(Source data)
*** Block opens ***

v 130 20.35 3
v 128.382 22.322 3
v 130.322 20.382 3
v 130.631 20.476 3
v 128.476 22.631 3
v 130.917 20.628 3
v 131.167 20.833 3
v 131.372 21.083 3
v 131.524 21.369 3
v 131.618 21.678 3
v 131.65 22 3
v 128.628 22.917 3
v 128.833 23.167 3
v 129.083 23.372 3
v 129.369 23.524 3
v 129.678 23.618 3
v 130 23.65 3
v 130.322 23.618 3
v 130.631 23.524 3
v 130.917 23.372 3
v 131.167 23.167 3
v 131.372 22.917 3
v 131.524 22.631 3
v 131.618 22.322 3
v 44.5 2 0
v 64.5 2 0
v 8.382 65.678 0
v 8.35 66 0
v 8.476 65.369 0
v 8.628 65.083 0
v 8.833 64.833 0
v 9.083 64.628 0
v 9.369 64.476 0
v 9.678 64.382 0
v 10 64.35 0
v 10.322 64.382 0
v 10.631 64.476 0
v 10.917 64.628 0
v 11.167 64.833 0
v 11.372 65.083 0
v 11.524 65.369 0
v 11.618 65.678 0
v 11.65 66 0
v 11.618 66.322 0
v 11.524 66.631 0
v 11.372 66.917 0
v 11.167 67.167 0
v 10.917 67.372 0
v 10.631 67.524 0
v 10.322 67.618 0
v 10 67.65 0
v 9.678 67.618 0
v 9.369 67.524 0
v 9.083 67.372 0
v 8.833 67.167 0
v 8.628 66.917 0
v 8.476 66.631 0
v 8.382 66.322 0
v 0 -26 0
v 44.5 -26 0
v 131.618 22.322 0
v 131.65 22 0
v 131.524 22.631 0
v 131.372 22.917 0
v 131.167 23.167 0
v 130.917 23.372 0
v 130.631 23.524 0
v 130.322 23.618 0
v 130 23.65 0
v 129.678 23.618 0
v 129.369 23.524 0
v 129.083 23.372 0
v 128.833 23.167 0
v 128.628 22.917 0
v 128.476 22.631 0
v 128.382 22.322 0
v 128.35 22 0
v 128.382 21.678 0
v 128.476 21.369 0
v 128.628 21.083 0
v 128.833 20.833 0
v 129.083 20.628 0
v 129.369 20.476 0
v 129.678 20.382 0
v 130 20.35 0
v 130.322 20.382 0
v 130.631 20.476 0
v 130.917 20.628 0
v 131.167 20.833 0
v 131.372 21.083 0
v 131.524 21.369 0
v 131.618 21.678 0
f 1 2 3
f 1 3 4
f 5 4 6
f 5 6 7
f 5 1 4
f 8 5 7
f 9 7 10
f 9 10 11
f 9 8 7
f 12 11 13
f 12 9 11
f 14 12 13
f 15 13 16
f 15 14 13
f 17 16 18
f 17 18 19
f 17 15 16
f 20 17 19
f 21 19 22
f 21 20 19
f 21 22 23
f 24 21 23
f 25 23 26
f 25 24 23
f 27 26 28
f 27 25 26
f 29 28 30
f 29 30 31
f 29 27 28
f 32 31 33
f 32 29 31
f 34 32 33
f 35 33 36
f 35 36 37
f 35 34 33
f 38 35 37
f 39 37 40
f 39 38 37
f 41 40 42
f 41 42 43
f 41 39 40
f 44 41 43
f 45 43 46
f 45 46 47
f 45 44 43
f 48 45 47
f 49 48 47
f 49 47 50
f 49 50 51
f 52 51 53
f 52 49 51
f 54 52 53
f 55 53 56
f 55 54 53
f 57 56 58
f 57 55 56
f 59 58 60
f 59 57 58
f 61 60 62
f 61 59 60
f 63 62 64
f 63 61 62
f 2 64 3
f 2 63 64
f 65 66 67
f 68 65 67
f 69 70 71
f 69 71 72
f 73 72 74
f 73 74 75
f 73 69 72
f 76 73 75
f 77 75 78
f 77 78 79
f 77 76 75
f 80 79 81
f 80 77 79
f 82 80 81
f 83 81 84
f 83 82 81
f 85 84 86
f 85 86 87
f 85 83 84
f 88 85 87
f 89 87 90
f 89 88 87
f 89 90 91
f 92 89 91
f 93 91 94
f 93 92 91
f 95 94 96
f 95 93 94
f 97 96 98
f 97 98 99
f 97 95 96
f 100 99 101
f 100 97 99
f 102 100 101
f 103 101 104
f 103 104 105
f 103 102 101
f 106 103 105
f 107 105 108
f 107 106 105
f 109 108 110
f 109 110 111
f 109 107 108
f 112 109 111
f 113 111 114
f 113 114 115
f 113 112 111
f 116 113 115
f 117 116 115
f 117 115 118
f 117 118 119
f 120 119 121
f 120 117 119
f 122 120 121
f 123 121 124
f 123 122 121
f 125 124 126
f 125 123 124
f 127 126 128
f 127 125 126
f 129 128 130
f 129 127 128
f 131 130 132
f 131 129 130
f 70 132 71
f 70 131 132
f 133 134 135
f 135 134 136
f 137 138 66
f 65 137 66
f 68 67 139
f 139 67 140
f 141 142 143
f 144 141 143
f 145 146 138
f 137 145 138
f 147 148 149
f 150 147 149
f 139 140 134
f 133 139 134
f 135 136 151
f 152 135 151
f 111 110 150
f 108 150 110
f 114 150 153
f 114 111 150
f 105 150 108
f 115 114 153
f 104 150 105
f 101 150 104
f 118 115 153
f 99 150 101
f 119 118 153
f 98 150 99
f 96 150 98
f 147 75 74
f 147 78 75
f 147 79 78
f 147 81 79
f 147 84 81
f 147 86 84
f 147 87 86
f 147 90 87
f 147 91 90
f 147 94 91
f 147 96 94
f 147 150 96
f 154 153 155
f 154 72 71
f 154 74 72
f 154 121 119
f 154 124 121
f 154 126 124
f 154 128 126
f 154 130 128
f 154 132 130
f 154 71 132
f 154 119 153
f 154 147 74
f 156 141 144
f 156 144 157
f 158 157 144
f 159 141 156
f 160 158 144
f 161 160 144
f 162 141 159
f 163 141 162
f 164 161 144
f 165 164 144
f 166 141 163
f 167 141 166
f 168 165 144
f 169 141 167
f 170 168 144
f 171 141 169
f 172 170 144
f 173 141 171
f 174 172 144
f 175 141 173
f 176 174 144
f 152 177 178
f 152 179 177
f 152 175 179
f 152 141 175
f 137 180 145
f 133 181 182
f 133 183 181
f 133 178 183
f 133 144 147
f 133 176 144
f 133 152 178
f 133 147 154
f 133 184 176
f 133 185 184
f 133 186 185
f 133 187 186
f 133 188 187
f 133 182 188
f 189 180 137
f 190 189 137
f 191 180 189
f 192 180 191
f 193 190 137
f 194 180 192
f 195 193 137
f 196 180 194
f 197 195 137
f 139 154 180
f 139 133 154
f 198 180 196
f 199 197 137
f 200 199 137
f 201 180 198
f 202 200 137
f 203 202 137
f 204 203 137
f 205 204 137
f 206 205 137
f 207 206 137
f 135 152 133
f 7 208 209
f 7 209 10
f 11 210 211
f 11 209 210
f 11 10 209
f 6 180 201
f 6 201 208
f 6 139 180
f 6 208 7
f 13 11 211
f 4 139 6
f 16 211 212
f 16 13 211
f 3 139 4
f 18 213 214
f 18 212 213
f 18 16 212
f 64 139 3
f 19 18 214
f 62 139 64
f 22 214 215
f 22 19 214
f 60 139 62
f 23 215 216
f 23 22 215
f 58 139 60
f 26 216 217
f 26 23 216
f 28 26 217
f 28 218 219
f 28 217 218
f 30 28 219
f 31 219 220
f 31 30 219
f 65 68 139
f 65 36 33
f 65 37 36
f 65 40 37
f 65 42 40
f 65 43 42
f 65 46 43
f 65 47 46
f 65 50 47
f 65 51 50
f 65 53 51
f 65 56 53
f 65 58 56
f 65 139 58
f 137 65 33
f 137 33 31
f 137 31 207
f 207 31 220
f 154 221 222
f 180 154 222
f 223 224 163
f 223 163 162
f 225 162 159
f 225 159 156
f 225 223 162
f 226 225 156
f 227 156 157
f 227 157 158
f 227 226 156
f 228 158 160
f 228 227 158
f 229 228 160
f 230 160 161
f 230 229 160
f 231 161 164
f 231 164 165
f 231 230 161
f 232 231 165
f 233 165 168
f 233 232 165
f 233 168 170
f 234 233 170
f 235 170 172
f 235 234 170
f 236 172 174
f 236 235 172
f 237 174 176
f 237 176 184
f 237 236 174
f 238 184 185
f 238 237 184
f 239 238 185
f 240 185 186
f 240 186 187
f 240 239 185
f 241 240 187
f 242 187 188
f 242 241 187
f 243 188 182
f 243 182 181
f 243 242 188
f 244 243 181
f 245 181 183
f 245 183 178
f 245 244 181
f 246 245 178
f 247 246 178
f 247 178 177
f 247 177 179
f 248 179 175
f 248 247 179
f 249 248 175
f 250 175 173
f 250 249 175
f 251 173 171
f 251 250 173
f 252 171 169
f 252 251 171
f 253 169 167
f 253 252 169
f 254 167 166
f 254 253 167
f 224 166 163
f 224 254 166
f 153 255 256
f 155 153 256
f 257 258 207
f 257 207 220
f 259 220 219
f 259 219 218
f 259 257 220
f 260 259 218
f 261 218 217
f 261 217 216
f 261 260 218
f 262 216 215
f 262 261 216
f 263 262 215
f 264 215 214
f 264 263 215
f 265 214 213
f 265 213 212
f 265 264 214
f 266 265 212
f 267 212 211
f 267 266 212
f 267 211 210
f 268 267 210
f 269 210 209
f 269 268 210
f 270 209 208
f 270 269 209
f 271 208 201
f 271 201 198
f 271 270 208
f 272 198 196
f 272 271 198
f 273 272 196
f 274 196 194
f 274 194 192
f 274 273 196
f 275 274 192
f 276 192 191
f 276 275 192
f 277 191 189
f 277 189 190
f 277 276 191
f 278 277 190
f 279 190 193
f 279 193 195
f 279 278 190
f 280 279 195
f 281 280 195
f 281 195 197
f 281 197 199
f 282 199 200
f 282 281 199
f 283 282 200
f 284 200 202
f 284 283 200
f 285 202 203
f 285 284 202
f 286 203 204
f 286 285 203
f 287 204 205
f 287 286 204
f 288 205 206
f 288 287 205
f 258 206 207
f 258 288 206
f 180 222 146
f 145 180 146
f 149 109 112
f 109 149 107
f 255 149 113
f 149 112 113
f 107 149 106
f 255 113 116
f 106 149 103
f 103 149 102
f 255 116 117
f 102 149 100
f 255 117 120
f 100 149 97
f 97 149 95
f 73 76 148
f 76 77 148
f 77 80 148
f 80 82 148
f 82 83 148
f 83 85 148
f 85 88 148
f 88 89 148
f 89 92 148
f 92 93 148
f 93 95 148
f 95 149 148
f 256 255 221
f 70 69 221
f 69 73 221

*** Block closes ***

● **ABOUT THIS EXERCISE**:
The expected response consists solely of the lines from the one with "f 77 80 148" through the end of the records, repeated exactly.

● **SOLUTION FOR THIS EXERCISE**:
f 77 80 148
f 80 82 148
f 82 83 148
f 83 85 148
f 85 88 148
f 88 89 148
f 89 92 148
f 92 93 148
f 93 95 148
f 95 149 148
f 256 255 221
f 70 69 221
f 69 73 221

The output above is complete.